AnáliseVisão geral do mercadoThe dollar declined and risk appetite improved immediately after the release of...

The dollar declined and risk appetite improved immediately after the release of the US labor market report

The US dollar fell against all major currencies immediately after the release of the US labor market report for the month of February, which showed the addition of 311 thousand jobs outside the agricultural sector, while expectations indicated the addition of 205 thousand jobs after adding 517 thousand jobs in January, which were revised to 504 thousand.
At the same time, the report showed an increase in the unemployment rate to 3.6%, while expectations were for it to remain at 3.4% as it was in January. The disguised unemployment rate, which calculates part-time workers wishing to work for a full day, increased to 6.8%, while it was expected. It fell to 6.5% from 6.6% in January.
As for wage inflationary pressures in the United States during February and July, the report showed an annual increase in the average hourly wage by 4.6%, while it was expected to rise by 4.7%, after an annual increase of 4.4% in January. Increasing inflationary pressures on wages, and thus easing pressure on the Fed to do more to contain these inflationary pressures resulting from wages.

After the Federal Reserve President expressed, during his testimonies before the Senate Banking Affairs Committee and the House Financial Affairs Committee, the Fed’s continued adherence to fighting inflation and placing it at the top of its priorities, which may push it to return to raising the interest rate by 50 basis points again and keeping the interest rate high for a longer term.
The Fed Chairman referred to the impressive January jobs report, which came out stronger than everyone expected, to explain why he believes that what the Fed is doing will take a long time to reach its goal, as it appears that we will need to make more interest rate increases and hold them. Rising for longer than we thought if the inflation data we’re working with continues to point higher.
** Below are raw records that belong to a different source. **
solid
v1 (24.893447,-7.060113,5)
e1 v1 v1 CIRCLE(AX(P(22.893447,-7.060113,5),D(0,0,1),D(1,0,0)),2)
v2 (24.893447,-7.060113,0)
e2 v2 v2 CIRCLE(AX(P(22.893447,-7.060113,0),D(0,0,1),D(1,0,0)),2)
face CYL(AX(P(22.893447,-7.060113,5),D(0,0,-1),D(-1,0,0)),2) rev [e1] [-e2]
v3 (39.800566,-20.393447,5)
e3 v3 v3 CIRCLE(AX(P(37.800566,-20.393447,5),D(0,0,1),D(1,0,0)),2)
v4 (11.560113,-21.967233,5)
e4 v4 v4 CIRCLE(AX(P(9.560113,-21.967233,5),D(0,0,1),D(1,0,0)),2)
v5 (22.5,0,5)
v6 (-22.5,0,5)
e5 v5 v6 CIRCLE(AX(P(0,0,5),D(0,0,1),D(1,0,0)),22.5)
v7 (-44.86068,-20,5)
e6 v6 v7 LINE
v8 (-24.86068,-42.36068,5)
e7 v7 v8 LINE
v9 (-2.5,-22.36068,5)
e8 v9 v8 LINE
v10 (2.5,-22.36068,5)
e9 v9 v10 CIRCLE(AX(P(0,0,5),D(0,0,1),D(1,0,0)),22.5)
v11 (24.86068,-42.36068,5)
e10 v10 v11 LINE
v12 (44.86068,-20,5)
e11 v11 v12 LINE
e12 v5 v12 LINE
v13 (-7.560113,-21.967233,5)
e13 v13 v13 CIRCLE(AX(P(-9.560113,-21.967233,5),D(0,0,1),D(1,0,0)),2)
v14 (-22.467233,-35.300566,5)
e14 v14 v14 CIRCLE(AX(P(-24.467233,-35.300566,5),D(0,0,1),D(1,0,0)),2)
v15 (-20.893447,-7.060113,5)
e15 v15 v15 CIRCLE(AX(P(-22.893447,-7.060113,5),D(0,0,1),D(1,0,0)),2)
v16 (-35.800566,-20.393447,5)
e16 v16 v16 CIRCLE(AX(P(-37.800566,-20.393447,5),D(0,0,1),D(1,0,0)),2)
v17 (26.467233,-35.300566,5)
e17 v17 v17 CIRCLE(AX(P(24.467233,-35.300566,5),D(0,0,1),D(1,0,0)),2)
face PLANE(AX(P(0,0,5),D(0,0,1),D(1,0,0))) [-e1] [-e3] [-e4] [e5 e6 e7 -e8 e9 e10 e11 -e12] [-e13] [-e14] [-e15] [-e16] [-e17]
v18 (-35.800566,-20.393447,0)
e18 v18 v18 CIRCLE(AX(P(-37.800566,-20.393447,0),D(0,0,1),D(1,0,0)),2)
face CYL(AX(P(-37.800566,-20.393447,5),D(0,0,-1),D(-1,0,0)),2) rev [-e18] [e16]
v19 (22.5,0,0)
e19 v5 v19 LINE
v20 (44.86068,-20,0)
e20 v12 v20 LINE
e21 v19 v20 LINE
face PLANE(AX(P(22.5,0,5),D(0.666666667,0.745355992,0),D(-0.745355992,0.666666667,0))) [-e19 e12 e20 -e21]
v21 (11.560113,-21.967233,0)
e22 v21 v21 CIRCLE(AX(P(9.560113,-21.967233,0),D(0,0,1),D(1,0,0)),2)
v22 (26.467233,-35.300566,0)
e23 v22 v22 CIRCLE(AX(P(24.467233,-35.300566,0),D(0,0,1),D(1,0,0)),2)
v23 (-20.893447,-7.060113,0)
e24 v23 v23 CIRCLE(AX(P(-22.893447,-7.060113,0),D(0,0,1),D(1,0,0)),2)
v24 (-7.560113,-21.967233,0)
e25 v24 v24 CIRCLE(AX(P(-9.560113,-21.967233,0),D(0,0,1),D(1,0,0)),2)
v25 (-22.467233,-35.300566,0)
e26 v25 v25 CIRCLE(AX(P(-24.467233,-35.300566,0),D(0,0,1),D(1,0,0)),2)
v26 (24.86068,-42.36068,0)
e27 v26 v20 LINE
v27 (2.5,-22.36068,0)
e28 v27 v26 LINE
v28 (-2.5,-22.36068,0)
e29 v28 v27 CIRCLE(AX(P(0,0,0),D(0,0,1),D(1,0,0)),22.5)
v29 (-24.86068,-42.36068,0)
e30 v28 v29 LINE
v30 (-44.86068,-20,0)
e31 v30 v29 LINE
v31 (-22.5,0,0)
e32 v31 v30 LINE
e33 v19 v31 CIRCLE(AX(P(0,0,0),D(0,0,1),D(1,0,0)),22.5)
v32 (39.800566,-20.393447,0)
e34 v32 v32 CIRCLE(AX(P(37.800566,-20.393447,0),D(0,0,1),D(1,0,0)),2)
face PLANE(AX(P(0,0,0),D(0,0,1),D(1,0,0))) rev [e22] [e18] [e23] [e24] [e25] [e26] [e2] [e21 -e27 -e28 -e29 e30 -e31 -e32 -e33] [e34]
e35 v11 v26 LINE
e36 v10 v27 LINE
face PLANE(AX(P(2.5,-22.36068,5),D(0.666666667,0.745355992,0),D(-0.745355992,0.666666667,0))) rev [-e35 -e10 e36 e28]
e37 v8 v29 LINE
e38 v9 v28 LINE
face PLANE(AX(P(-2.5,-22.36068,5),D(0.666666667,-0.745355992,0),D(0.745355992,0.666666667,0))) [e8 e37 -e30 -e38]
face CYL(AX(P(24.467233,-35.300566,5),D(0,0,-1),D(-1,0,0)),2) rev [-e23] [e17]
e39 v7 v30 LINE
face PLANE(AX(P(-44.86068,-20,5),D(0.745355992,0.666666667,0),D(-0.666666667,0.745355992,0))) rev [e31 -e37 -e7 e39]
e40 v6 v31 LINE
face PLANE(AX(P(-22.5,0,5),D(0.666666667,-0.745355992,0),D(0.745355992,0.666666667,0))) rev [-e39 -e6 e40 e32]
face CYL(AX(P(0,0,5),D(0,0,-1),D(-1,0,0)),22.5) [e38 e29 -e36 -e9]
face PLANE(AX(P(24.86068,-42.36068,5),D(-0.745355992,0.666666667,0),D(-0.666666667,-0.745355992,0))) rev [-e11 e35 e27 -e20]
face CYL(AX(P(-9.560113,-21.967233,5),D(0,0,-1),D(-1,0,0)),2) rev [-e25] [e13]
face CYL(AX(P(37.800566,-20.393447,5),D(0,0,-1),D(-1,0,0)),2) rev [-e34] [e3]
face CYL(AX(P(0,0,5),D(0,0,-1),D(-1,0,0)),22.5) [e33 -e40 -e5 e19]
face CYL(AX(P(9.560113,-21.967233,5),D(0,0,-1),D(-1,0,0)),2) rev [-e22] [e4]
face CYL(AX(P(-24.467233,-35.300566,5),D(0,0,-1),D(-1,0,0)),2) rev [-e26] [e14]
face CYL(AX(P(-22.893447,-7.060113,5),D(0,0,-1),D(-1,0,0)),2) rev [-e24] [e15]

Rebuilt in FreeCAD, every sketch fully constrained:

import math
import FreeCAD as App
import Part
import Sketcher

V = App.Vector

doc = App.newDocument("Part")
body = doc.addObject("PartDesign::Body", "Body")

# Sketch on XY plane
sketch1 = body.newObject("Sketcher::SketchObject", "Sketch")
sketch1.AttachmentSupport = (doc.getObject("XY_Plane"), [""])
sketch1.MapMode = "FlatFace"
sketch1.addGeometry(Part.LineSegment(V(-25, -42, 0), V(-2, -22, 0)), False)
sketch1.addGeometry(Part.ArcOfCircle(Part.Circle(V(0, 0, 0), V(0, 0, 1), 22), math.radians(-96.38), math.radians(-83.62)), False)
sketch1.addGeometry(Part.LineSegment(V(2, -22, 0), V(25, -42, 0)), False)
sketch1.addGeometry(Part.LineSegment(V(25, -42, 0), V(45, -20, 0)), False)
sketch1.addGeometry(Part.LineSegment(V(45, -20, 0), V(22, 0, 0)), False)
sketch1.addGeometry(Part.ArcOfCircle(Part.Circle(V(0, 0, 0), V(0, 0, 1), 22), math.radians(0), math.radians(180)), False)
sketch1.addGeometry(Part.LineSegment(V(-22, 0, 0), V(-45, -20, 0)), False)
sketch1.addGeometry(Part.LineSegment(V(-45, -20, 0), V(-25, -42, 0)), False)
sketch1.addConstraint(Sketcher.Constraint("Coincident", 0, 2, 1, 1))
sketch1.addConstraint(Sketcher.Constraint("Coincident", 1, 2, 2, 1))
sketch1.addConstraint(Sketcher.Constraint("Coincident", 2, 2, 3, 1))
sketch1.addConstraint(Sketcher.Constraint("Coincident", 3, 2, 4, 1))
sketch1.addConstraint(Sketcher.Constraint("Coincident", 4, 2, 5, 1))
sketch1.addConstraint(Sketcher.Constraint("Coincident", 5, 2, 6, 1))
sketch1.addConstraint(Sketcher.Constraint("Coincident", 6, 2, 7, 1))
sketch1.addConstraint(Sketcher.Constraint("Coincident", 7, 2, 0, 1))
sketch1.addConstraint(Sketcher.Constraint("Coincident", 1, 3, -1, 1))
sketch1.addConstraint(Sketcher.Constraint("Coincident", 5, 3, -1, 1))
sketch1.addConstraint(Sketcher.Constraint("Equal", 1, 5))
sketch1.addConstraint(Sketcher.Constraint("Symmetric", 3, 2, 6, 2, -2))
sketch1.addConstraint(Sketcher.Constraint("Symmetric", 2, 2, 7, 2, -2))
sketch1.addConstraint(Sketcher.Constraint("PointOnObject", 4, 2, -1))
sketch1.addConstraint(Sketcher.Constraint("PointOnObject", 5, 2, -1))
sketch1.addConstraint(Sketcher.Constraint("Perpendicular", 2, 3))
sketch1.addConstraint(Sketcher.Constraint("Perpendicular", 3, 4))
sketch1.addConstraint(Sketcher.Constraint("Parallel", 0, 6))
sketch1.addConstraint(Sketcher.Constraint("Equal", 2, 3))
sketch1.addConstraint(Sketcher.Constraint("Equal", 3, 4))
sketch1.addConstraint(Sketcher.Constraint("Radius", 1, 22.5))
sketch1.addConstraint(Sketcher.Constraint("Distance", 0, 30.0))
pad1 = body.newObject("PartDesign::Pad", "Pad")
pad1.Profile = sketch1
pad1.Length = 5

# Sketch on XY plane
sketch2 = body.newObject("Sketcher::SketchObject", "Sketch001")
sketch2.AttachmentSupport = (doc.getObject("XY_Plane"), [""])
sketch2.MapMode = "FlatFace"
sketch2.addGeometry(Part.Circle(V(37.8, -20.4, 0), V(0, 0, 1), 2), False)
sketch2.addGeometry(Part.Circle(V(22.9, -7.1, 0), V(0, 0, 1), 2), False)
sketch2.addGeometry(Part.Circle(V(9.6, -22, 0), V(0, 0, 1), 2), False)
sketch2.addGeometry(Part.Circle(V(24.5, -35.3, 0), V(0, 0, 1), 2), False)
sketch2.addGeometry(Part.Circle(V(-24.5, -35.3, 0), V(0, 0, 1), 2), False)
sketch2.addGeometry(Part.Circle(V(-37.8, -20.4, 0), V(0, 0, 1), 2), False)
sketch2.addGeometry(Part.Circle(V(-9.6, -22, 0), V(0, 0, 1), 2), False)
sketch2.addGeometry(Part.Circle(V(-22.9, -7.1, 0), V(0, 0, 1), 2), False)
sketch2.addConstraint(Sketcher.Constraint("Equal", 0, 1))
sketch2.addConstraint(Sketcher.Constraint("Equal", 1, 2))
sketch2.addConstraint(Sketcher.Constraint("Equal", 2, 3))
sketch2.addConstraint(Sketcher.Constraint("Equal", 3, 4))
sketch2.addConstraint(Sketcher.Constraint("Equal", 4, 5))
sketch2.addConstraint(Sketcher.Constraint("Equal", 5, 6))
sketch2.addConstraint(Sketcher.Constraint("Equal", 6, 7))
sketch2.addConstraint(Sketcher.Constraint("Symmetric", 3, 3, 4, 3, -2))
sketch2.addConstraint(Sketcher.Constraint("Symmetric", 0, 3, 5, 3, -2))
sketch2.addConstraint(Sketcher.Constraint("Symmetric", 2, 3, 6, 3, -2))
sketch2.addConstraint(Sketcher.Constraint("Symmetric", 1, 3, 7, 3, -2))
sketch2.addConstraint(Sketcher.Constraint("Diameter", 0, 4.0))
sketch2.addConstraint(Sketcher.Constraint("DistanceX", 4, 3, 0, 3, 62.2678))
sketch2.addConstraint(Sketcher.Constraint("DistanceX", 1, 3, 0, 3, 14.90712))
sketch2.addConstraint(Sketcher.Constraint("DistanceY", 2, 3, 1, 3, 14.90712))
sketch2.addConstraint(Sketcher.Constraint("DistanceY", 3, 3, 0, 3, 14.90712))
sketch2.addConstraint(Sketcher.Constraint("DistanceX", 2, 3, 3, 3, 14.90712))
sketch2.addConstraint(Sketcher.Constraint("DistanceX", -1, 1, 0, 3, 37.800566))
sketch2.addConstraint(Sketcher.Constraint("DistanceY", 0, 3, -1, 1, 20.393447))
sketch2.addConstraint(Sketcher.Constraint("DistanceY", 1, 3, -1, 1, 7.060113))
pocket1 = body.newObject("PartDesign::Pocket", "Pocket")
pocket1.Profile = sketch2
pocket1.Length = 5
pocket1.Reversed = True

doc.recompute()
This may lead the Fed to raise its expectations regarding inflation and the interest rate when it meets the members of the Market Committee on the 21st and 22nd of March this year, after the members had previously expected the average interest rate to indicate that it would reach 5.1% by the end of 2023 and 4.1% for 2024 and 3 1% in 2025 from 4.6% for 2023, 3.9% for 2024, and 2.9% for 2025 that members expected last September.
As for inflation, the average expectation of the committee members regarding the price index for personal expenditure on consumption came to indicate an increase of 5.6% in 2022, 3.1% in 2023, 2.5% in 2024, and 2.1% in 2025 from 5.4% in 2022 and 2. 8% in 2023, 2.3% for 2024, and 2% for 2025 were expected by members last September.
Excluding food and energy prices, it indicates an increase of 4.8% in 2022, 3.5% in 2023, 2.5% in 2024, 2.1% in 2025, from 4.5% in 2022, 3.1% in 2023, 2.3% in 2024 and 2. 1% for 2025 was expected by members last September.
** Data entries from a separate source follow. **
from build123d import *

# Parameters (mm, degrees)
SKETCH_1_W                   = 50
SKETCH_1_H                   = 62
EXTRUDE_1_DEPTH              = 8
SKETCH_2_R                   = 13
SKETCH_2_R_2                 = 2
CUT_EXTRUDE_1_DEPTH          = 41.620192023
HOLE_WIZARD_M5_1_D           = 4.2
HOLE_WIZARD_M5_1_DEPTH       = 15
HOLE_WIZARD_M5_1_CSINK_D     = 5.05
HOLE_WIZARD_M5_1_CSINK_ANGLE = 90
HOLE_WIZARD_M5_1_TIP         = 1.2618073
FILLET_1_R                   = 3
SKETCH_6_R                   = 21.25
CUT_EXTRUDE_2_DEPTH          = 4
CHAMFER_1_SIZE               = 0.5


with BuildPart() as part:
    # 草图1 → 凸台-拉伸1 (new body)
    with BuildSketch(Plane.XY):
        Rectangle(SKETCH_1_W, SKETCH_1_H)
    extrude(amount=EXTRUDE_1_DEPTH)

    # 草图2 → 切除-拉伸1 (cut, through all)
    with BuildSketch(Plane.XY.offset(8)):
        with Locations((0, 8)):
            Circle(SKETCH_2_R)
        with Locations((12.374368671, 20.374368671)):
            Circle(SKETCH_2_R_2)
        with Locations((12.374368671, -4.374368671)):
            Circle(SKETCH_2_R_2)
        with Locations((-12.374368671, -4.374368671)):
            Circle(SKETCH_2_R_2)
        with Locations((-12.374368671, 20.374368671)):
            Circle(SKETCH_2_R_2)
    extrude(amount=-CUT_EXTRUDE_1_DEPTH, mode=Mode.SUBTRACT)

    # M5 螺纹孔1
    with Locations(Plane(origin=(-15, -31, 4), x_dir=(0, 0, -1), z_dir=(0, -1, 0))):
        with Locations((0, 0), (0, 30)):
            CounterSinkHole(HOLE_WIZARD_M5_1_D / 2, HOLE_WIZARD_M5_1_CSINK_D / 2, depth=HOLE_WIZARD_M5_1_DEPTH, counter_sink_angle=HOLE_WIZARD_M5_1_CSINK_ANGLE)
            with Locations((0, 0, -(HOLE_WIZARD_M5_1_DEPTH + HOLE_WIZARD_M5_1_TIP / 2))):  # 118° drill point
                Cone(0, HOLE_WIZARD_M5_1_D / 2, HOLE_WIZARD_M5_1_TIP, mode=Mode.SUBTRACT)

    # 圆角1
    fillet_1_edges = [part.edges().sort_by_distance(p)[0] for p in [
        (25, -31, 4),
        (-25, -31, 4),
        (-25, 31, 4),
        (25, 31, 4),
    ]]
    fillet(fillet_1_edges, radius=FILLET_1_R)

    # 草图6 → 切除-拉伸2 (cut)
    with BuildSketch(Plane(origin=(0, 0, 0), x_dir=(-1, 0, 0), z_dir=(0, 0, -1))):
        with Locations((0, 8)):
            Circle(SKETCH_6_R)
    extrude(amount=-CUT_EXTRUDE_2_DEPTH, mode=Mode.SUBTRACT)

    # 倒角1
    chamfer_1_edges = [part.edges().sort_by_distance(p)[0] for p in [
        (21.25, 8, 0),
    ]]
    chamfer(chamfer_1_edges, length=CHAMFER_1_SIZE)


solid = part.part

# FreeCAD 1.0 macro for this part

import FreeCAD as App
import Part
import Sketcher


def edges_at(feature, points):
    """Names of the edges that pass closest to the given points."""
    edges = feature.Shape.Edges
    near = lambda p: min(range(len(edges)), key=lambda i: edges[i].distToShape(Part.Vertex(*p))[0])
    return sorted({f"Edge{near(p) + 1}" for p in points})


def add_polygon(sketch, points):
    """Adds a closed chain of lines whose ends are joined by coincident constraints."""
    first, n = sketch.GeometryCount, len(points)
    for a, b in zip(points, points[1:] + points[:1]):
        sketch.addGeometry(Part.LineSegment(App.Vector(*a, 0), App.Vector(*b, 0)), False)
    for i in range(n):
        sketch.addConstraint(Sketcher.Constraint("Coincident", first + i, 2, first + (i + 1) % n, 1))

doc = App.newDocument("Part")
body = doc.addObject("PartDesign::Body", "Body")

# Sketch on XY plane
sketch1 = body.newObject("Sketcher::SketchObject", "Sketch")
sketch1.AttachmentSupport = (doc.getObject("XY_Plane"), [""])
sketch1.MapMode = "FlatFace"
add_polygon(sketch1, [(-25, 31), (-25, -31), (25, -31), (25, 31)])  # lines 0-3
sketch1.addConstraint([
    Sketcher.Constraint("Vertical", 0),
    Sketcher.Constraint("Horizontal", 1),
    Sketcher.Constraint("Vertical", 2),
    Sketcher.Constraint("Horizontal", 3),
    Sketcher.Constraint("Symmetric", 0, 2, 2, 2, -1, 1),
    Sketcher.Constraint("DistanceX", 1, 1, 1, 2, 50.0),
    Sketcher.Constraint("DistanceY", 0, 2, 0, 1, 62.0),
])
pad1 = body.newObject("PartDesign::Pad", "Pad")
pad1.Profile = sketch1
pad1.Length = 8

# Sketch on XY plane
sketch2 = body.newObject("Sketcher::SketchObject", "Sketch001")
sketch2.AttachmentSupport = (doc.getObject("XY_Plane"), [""])
sketch2.MapMode = "FlatFace"
sketch2.AttachmentOffset = App.Placement(App.Vector(0, 0, 8), App.Rotation())
sketch2.addGeometry([
    Part.Circle(App.Vector(0, 8, 0), App.Vector(0, 0, 1), 13),  # 0
    Part.Circle(App.Vector(12.4, 20.4, 0), App.Vector(0, 0, 1), 2),  # 1
    Part.Circle(App.Vector(12.4, -4.4, 0), App.Vector(0, 0, 1), 2),  # 2
    Part.Circle(App.Vector(-12.4, -4.4, 0), App.Vector(0, 0, 1), 2),  # 3
    Part.Circle(App.Vector(-12.4, 20.4, 0), App.Vector(0, 0, 1), 2),  # 4
], False)
sketch2.addConstraint([
    Sketcher.Constraint("Equal", 1, 2),
    Sketcher.Constraint("Equal", 2, 3),
    Sketcher.Constraint("Equal", 3, 4),
    Sketcher.Constraint("Symmetric", 2, 3, 3, 3, -2),
    Sketcher.Constraint("Symmetric", 1, 3, 4, 3, -2),
    Sketcher.Constraint("PointOnObject", 0, 3, -2),
    Sketcher.Constraint("Vertical", 1, 3, 2, 3),
    Sketcher.Constraint("Diameter", 0, 26.0),
    Sketcher.Constraint("Diameter", 1, 4.0),
    Sketcher.Constraint("DistanceY", -1, 1, 0, 3, 8.0),
    Sketcher.Constraint("DistanceX", -1, 1, 1, 3, 12.374369),
    Sketcher.Constraint("DistanceY", -1, 1, 1, 3, 20.374369),
    Sketcher.Constraint("DistanceY", 2, 3, -1, 1, 4.374369),
])
pocket1 = body.newObject("PartDesign::Pocket", "Pocket")
pocket1.Profile = sketch2
pocket1.Type = "ThroughAll"

# Sketch on XZ plane
sketch3 = body.newObject("Sketcher::SketchObject", "Sketch002")
sketch3.AttachmentSupport = (doc.getObject("XZ_Plane"), [""])
sketch3.MapMode = "FlatFace"
sketch3.AttachmentOffset = App.Placement(App.Vector(0, 0, 31), App.Rotation())
sketch3.addGeometry([
    Part.Circle(App.Vector(-15, 4, 0), App.Vector(0, 0, 1), 2.1),
    Part.Circle(App.Vector(15, 4, 0), App.Vector(0, 0, 1), 2.1),
], False)
sketch3.addConstraint([
    Sketcher.Constraint("Equal", 0, 1),
    Sketcher.Constraint("Symmetric", 0, 3, 1, 3, -2),
    Sketcher.Constraint("Diameter", 0, 4.2),
    Sketcher.Constraint("DistanceX", 0, 3, -1, 1, 15.0),
    Sketcher.Constraint("DistanceY", -1, 1, 0, 3, 4.0),
])
doc.recompute()
hole = body.newObject("PartDesign::Hole", "Hole")
hole.Profile = sketch3
hole.ThreadType = "None"
hole.Diameter = 4.2
hole.DepthType = "Dimension"
hole.Depth = 15
hole.DrillPoint = "Angled"
hole.DrillPointAngle = 118
hole.HoleCutType = "Countersink"
hole.HoleCutDiameter = 5.05
hole.HoleCutCountersinkAngle = 90
doc.recompute()

fillet = body.newObject("PartDesign::Fillet", "Fillet")
fillet.Base = (hole, edges_at(hole, [
    (25, -31, 4),
    (-25, -31, 4),
    (-25, 31, 4),
    (25, 31, 4),
]))
fillet.Radius = 3

# Sketch on XY plane
sketch4 = body.newObject("Sketcher::SketchObject", "Sketch003")
sketch4.AttachmentSupport = (doc.getObject("XY_Plane"), [""])
sketch4.MapMode = "FlatFace"
sketch4.addGeometry(Part.Circle(App.Vector(0, 8, 0), App.Vector(0, 0, 1), 21), False)
sketch4.addConstraint([
    Sketcher.Constraint("PointOnObject", 0, 3, -2),
    Sketcher.Constraint("Diameter", 0, 42.5),
    Sketcher.Constraint("DistanceY", -1, 1, 0, 3, 8.0),
])
pocket2 = body.newObject("PartDesign::Pocket", "Pocket001")
pocket2.Profile = sketch4
pocket2.Length = 4
pocket2.Reversed = True
doc.recompute()

chamfer = body.newObject("PartDesign::Chamfer", "Chamfer")
chamfer.Base = (pocket2, edges_at(pocket2, [(21.25, 8, 0)]))
chamfer.Size = 0.5

doc.recompute()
It is worth noting that the price index for personal expenditure on consumption, the Fed’s preferred indicator for calculating inflation for the month of January, had already shown an increase of 5.4% annually, while it was expected to rise by 4.9% after a rise of 5.3% in December, as the index showed excluding food and energy prices. An increase of 4.7%, while it was expected to increase by 4.3% only, after an increase of 4.6% in December.
As previously shown, the unit cost of operating in the United States for the fourth quarter increased by 3.2%, while it was expected to rise by 1.6%, after an increase in the third quarter by 2.4%, with the increase in unit productivity working outside the agricultural sector in the United States in the fourth quarter of Last year, it increased by 1.7%, while it was expected to rise by 2.6%, after a rise in the third quarter of 1.2%.
There is no longer speculation about raising interest rates by 50% again, after the Federal Reserve at the beginning of last month raised it by only 0.25%, after the market committee that determined monetary policy in the United States raised the interest rate in December by 50 basis points, after raising it for four consecutive meetings. by 75 basis points to counter inflation.
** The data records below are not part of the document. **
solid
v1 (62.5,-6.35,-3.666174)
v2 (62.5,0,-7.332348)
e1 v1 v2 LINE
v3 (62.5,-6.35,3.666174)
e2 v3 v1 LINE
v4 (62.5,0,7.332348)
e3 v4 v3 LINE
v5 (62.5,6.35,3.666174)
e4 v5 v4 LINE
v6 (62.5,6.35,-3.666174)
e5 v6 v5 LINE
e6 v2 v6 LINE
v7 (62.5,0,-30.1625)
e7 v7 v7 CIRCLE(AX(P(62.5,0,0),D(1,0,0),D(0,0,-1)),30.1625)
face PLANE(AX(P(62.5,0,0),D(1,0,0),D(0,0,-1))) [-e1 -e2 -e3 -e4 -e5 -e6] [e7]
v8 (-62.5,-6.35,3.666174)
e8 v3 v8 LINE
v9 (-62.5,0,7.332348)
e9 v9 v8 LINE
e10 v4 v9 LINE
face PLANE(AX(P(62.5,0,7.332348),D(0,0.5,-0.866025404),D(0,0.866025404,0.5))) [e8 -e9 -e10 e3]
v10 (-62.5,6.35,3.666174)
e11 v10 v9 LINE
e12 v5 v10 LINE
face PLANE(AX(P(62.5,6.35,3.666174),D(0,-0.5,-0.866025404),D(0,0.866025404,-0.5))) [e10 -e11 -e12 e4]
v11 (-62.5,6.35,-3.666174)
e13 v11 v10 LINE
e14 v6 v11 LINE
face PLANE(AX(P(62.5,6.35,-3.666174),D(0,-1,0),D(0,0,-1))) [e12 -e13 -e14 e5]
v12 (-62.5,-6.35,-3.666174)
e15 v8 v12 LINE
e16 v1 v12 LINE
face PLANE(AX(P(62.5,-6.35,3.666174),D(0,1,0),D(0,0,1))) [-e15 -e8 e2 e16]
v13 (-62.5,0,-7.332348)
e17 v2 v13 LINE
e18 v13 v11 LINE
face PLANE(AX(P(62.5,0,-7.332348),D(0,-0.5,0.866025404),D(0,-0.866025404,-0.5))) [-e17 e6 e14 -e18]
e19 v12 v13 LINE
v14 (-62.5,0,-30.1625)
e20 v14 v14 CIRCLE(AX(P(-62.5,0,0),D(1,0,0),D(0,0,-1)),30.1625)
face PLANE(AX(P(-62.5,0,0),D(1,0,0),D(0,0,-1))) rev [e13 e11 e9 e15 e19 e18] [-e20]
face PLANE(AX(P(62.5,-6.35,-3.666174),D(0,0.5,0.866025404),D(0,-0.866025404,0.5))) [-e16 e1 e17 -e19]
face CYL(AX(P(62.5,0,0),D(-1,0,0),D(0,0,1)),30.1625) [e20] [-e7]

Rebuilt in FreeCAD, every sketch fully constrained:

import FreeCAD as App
import Part
import Sketcher

V = App.Vector
Q = App.Units.Quantity


def add_polygon(sketch, points):
    """Adds a closed chain of lines whose ends are joined by coincident constraints."""
    first, n = sketch.GeometryCount, len(points)
    for a, b in zip(points, points[1:] + points[:1]):
        sketch.addGeometry(Part.LineSegment(App.Vector(*a, 0), App.Vector(*b, 0)), False)
    for i in range(n):
        sketch.addConstraint(Sketcher.Constraint("Coincident", first + i, 2, first + (i + 1) % n, 1))

doc = App.newDocument("Part")
body = doc.addObject("PartDesign::Body", "Body")

sketch1 = body.newObject("Sketcher::SketchObject", "Sketch")
sketch1.AttachmentSupport = (doc.getObject("YZ_Plane"), [""])
sketch1.MapMode = "FlatFace"
sketch1.addGeometry(Part.Circle(V(0, 0, 0), V(0, 0, 1), 30.1625), False)
add_polygon(sketch1, [(6.35, -3.666174), (0, -7.332348), (-6.35, -3.666174), (-6.35, 3.666174), (0, 7.332348), (6.35, 3.666174)])
sketch1.addConstraint(Sketcher.Constraint("Vertical", 3))
sketch1.addConstraint(Sketcher.Constraint("Vertical", 6))
sketch1.addConstraint(Sketcher.Constraint("Coincident", 0, 3, -1, 1))
sketch1.addConstraint(Sketcher.Constraint("Symmetric", 1, 2, 4, 2, -1, 1))
sketch1.addConstraint(Sketcher.Constraint("Symmetric", 2, 2, 5, 2, -1, 1))
sketch1.addConstraint(Sketcher.Constraint("PointOnObject", 1, 2, -2))
sketch1.addConstraint(Sketcher.Constraint("Parallel", 1, 4))
sketch1.addConstraint(Sketcher.Constraint("Horizontal", 3, 2, 5, 2))
sketch1.addConstraint(Sketcher.Constraint("Angle", 1, Q("-150 deg")))
sketch1.addConstraint(Sketcher.Constraint("Diameter", 0, 60.325))
sketch1.addConstraint(Sketcher.Constraint("DistanceX", 3, 2, 5, 2, 12.7))
sketch1.addConstraint(Sketcher.Constraint("DistanceY", 3, 1, 3, 2, 7.332348))
pad1 = body.newObject("PartDesign::Pad", "Pad")
pad1.Profile = sketch1
pad1.Length = 125
pad1.Midplane = True

doc.recompute()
The future contract of the Dow Jones industrial returned to trading above 32200, immediately after the release of the labor market report for the month of February, after its declines continued after Powell’s testimony, which came with everything that was already worrying the dealers in these stock markets, which led to a decline below the psychological level of 32000 points during the trading session. Asian day
While the dollar fell against all major currencies immediately after the issuance of today’s report, which dropped the returns within the secondary financial markets, to decrease the return on the US Treasury’s permission for a period of 10 years to the limits of 3.78% so far.
This led to a decrease in the attractiveness of the dollar and the rise of gold above $1,840 an ounce once again, after this yield had crossed the 4% level as a result of Powell’s comments this week that supported expectations that the Federal Reserve would raise interest rates to higher levels in order to lower inflation rates.